[Entries provided — start]
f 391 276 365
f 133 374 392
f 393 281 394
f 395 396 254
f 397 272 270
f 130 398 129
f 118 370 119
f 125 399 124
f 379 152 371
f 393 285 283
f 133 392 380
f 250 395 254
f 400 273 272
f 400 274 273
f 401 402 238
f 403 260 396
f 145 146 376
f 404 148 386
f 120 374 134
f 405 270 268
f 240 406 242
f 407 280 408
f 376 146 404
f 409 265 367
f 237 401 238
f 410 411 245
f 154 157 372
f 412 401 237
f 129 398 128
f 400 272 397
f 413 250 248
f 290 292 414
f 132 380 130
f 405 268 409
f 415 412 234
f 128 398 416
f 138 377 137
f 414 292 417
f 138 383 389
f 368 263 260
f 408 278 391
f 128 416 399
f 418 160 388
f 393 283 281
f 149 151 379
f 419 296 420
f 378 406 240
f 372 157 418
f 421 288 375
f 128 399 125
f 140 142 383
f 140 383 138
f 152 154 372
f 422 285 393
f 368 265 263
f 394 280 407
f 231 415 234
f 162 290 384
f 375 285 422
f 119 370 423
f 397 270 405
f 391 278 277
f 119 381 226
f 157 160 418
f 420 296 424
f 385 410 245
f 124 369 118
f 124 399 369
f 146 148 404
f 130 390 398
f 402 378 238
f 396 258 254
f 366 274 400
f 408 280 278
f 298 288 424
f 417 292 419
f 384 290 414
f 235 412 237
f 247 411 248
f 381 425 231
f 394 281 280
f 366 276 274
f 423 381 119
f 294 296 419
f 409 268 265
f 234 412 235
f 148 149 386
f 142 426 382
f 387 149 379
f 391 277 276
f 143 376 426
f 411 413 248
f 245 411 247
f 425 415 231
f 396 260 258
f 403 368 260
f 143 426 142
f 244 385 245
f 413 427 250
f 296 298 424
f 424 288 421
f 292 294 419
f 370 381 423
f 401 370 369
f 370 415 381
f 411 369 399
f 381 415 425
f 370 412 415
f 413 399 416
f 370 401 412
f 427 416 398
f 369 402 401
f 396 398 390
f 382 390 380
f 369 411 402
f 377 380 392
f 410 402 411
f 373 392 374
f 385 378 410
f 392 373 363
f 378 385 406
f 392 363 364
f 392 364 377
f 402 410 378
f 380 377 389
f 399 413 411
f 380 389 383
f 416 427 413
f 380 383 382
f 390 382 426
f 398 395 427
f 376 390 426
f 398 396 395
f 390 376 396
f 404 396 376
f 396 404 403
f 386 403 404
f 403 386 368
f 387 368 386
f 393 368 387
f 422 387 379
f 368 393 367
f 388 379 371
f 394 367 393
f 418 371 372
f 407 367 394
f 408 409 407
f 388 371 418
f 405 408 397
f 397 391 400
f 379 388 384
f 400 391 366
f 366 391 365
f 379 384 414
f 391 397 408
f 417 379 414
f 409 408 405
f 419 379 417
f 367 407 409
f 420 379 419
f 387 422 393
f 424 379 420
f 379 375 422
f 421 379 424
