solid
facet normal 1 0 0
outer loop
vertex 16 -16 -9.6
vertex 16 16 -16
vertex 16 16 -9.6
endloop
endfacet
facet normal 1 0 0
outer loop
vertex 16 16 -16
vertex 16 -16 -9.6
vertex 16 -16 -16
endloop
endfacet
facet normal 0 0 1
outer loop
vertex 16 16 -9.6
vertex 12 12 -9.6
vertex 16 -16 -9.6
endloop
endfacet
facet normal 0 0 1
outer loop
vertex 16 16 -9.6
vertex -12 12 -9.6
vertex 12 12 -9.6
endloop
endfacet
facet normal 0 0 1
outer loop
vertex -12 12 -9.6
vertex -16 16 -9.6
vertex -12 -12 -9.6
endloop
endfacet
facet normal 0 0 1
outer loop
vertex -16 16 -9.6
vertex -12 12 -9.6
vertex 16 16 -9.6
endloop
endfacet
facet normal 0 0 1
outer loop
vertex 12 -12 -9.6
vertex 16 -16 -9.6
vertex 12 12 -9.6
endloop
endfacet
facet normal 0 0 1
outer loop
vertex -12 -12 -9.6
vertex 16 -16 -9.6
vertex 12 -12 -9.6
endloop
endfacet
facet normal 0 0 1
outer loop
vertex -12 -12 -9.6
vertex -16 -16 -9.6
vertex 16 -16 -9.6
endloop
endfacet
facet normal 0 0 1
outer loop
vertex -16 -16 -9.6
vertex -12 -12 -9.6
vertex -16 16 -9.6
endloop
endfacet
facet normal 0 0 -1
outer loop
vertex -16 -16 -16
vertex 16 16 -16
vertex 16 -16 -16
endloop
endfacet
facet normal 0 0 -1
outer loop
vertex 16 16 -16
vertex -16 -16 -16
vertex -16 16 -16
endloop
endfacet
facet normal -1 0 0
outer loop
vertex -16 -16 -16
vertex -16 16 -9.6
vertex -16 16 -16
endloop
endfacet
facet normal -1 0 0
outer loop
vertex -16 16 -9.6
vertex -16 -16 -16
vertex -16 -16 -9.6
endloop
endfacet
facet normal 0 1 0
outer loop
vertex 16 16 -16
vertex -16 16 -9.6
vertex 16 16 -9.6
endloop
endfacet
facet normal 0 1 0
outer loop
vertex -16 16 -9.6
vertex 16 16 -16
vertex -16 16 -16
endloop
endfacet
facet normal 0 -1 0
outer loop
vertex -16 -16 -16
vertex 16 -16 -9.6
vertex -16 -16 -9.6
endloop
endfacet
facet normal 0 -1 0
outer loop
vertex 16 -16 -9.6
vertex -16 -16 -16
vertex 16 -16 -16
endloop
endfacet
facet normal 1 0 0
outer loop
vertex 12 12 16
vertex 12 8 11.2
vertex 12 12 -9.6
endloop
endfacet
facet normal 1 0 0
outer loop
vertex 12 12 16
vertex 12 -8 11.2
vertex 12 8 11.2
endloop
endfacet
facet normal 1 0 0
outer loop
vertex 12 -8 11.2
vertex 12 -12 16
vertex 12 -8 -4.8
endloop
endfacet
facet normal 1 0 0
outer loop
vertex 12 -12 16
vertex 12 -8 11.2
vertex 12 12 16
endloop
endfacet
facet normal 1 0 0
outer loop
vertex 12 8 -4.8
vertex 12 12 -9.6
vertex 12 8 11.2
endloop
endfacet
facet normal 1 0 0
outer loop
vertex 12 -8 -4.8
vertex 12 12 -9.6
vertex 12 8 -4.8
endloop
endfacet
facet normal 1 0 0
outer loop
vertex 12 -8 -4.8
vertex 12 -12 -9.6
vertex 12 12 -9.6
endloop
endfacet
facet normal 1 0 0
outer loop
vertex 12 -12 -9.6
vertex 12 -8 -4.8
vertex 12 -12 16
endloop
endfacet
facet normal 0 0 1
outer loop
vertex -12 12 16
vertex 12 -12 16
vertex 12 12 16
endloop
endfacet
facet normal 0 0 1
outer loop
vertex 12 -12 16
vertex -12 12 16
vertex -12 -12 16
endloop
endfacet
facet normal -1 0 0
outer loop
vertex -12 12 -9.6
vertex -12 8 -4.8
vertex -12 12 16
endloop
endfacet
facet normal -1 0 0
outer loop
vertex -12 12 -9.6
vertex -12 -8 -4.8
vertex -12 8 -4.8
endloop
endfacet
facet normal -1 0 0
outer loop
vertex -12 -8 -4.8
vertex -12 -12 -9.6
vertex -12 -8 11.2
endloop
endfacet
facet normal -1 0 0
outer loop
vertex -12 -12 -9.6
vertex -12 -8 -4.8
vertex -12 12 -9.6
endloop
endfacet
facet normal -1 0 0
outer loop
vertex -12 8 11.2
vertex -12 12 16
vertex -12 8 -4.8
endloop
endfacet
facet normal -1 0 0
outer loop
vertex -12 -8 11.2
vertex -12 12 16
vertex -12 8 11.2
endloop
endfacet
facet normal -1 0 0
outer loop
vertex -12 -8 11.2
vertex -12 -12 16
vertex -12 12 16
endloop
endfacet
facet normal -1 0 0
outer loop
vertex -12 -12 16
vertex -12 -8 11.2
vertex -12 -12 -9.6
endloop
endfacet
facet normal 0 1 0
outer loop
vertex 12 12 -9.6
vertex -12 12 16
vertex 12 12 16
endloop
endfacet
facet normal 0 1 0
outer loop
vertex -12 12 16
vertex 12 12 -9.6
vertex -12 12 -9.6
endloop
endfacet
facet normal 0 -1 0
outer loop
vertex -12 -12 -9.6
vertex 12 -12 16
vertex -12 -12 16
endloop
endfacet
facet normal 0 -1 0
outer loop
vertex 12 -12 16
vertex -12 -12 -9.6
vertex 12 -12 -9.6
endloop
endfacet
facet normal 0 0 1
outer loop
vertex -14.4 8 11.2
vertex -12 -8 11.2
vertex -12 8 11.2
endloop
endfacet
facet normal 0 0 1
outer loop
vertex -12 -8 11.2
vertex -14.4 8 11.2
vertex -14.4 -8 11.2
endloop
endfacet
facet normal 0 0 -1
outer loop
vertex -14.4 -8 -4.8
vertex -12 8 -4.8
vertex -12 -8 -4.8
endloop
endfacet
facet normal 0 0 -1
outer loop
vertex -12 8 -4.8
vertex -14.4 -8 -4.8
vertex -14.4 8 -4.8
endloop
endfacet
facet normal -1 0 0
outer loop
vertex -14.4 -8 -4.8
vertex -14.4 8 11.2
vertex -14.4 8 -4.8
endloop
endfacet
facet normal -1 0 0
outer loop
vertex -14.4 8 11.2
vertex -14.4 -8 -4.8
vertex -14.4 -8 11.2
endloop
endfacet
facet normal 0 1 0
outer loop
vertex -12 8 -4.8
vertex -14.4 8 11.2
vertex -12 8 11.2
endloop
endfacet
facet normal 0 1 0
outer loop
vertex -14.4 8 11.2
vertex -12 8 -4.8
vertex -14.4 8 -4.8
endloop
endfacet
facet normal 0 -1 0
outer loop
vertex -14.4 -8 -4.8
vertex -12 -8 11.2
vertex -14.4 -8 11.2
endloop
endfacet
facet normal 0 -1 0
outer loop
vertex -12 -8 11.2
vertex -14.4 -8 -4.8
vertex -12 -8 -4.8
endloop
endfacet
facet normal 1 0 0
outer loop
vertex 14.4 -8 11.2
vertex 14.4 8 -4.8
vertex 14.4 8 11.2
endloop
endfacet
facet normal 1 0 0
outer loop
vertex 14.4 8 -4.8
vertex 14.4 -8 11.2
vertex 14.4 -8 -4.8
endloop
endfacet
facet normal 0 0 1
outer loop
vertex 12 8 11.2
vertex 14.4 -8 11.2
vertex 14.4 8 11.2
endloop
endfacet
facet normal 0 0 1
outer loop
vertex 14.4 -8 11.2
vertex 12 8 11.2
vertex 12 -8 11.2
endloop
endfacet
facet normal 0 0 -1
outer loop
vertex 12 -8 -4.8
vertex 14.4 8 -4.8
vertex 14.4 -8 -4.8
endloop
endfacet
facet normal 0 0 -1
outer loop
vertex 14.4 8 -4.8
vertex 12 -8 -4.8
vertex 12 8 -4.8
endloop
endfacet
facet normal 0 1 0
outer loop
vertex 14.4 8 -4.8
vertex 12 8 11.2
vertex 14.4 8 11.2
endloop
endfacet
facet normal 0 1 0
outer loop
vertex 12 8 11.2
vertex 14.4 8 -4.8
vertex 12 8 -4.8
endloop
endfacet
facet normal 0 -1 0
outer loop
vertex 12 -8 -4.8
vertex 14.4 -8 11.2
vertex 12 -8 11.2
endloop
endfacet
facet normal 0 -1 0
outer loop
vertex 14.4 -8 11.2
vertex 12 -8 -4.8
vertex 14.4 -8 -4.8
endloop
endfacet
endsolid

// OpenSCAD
size = 32;//block=32 //item=8
//cube([size*0.8,size*0.8,size*0.8],center=true);



translate([0, 0, -size * 0.4]) {//bottom
  cube([size * 1, size * 1, size * 0.2], center = true);
}
;//translate

cube([size * 0.75, size * 0.75, size * 1], center = true);//base

translate([-size * 0.4, 0, size * 0.10]) {//sideKnubLeft
  cube([size * 0.1, size * 0.5, size * 0.5], center = true);
}
;//translate

translate([size * 0.4, 0, size * 0.10]) {//sideKnubRight
  cube([size * 0.1, size * 0.5, size * 0.5], center = true);
}
;//translate
difference() {

  union() {

  }
  ;//union

}
;//difference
[Entries provided — finish]
- Instructions to follow -
Go back to the listing above. Copy word for word the lines from the one with "f 298 288 424" through the one with "f 424 288 421", and nothing more.

- Output of the task -
f 298 288 424
f 417 292 419
f 384 290 414
f 235 412 237
f 247 411 248
f 381 425 231
f 394 281 280
f 366 276 274
f 423 381 119
f 294 296 419
f 409 268 265
f 234 412 235
f 148 149 386
f 142 426 382
f 387 149 379
f 391 277 276
f 143 376 426
f 411 413 248
f 245 411 247
f 425 415 231
f 396 260 258
f 403 368 260
f 143 426 142
f 244 385 245
f 413 427 250
f 296 298 424
f 424 288 421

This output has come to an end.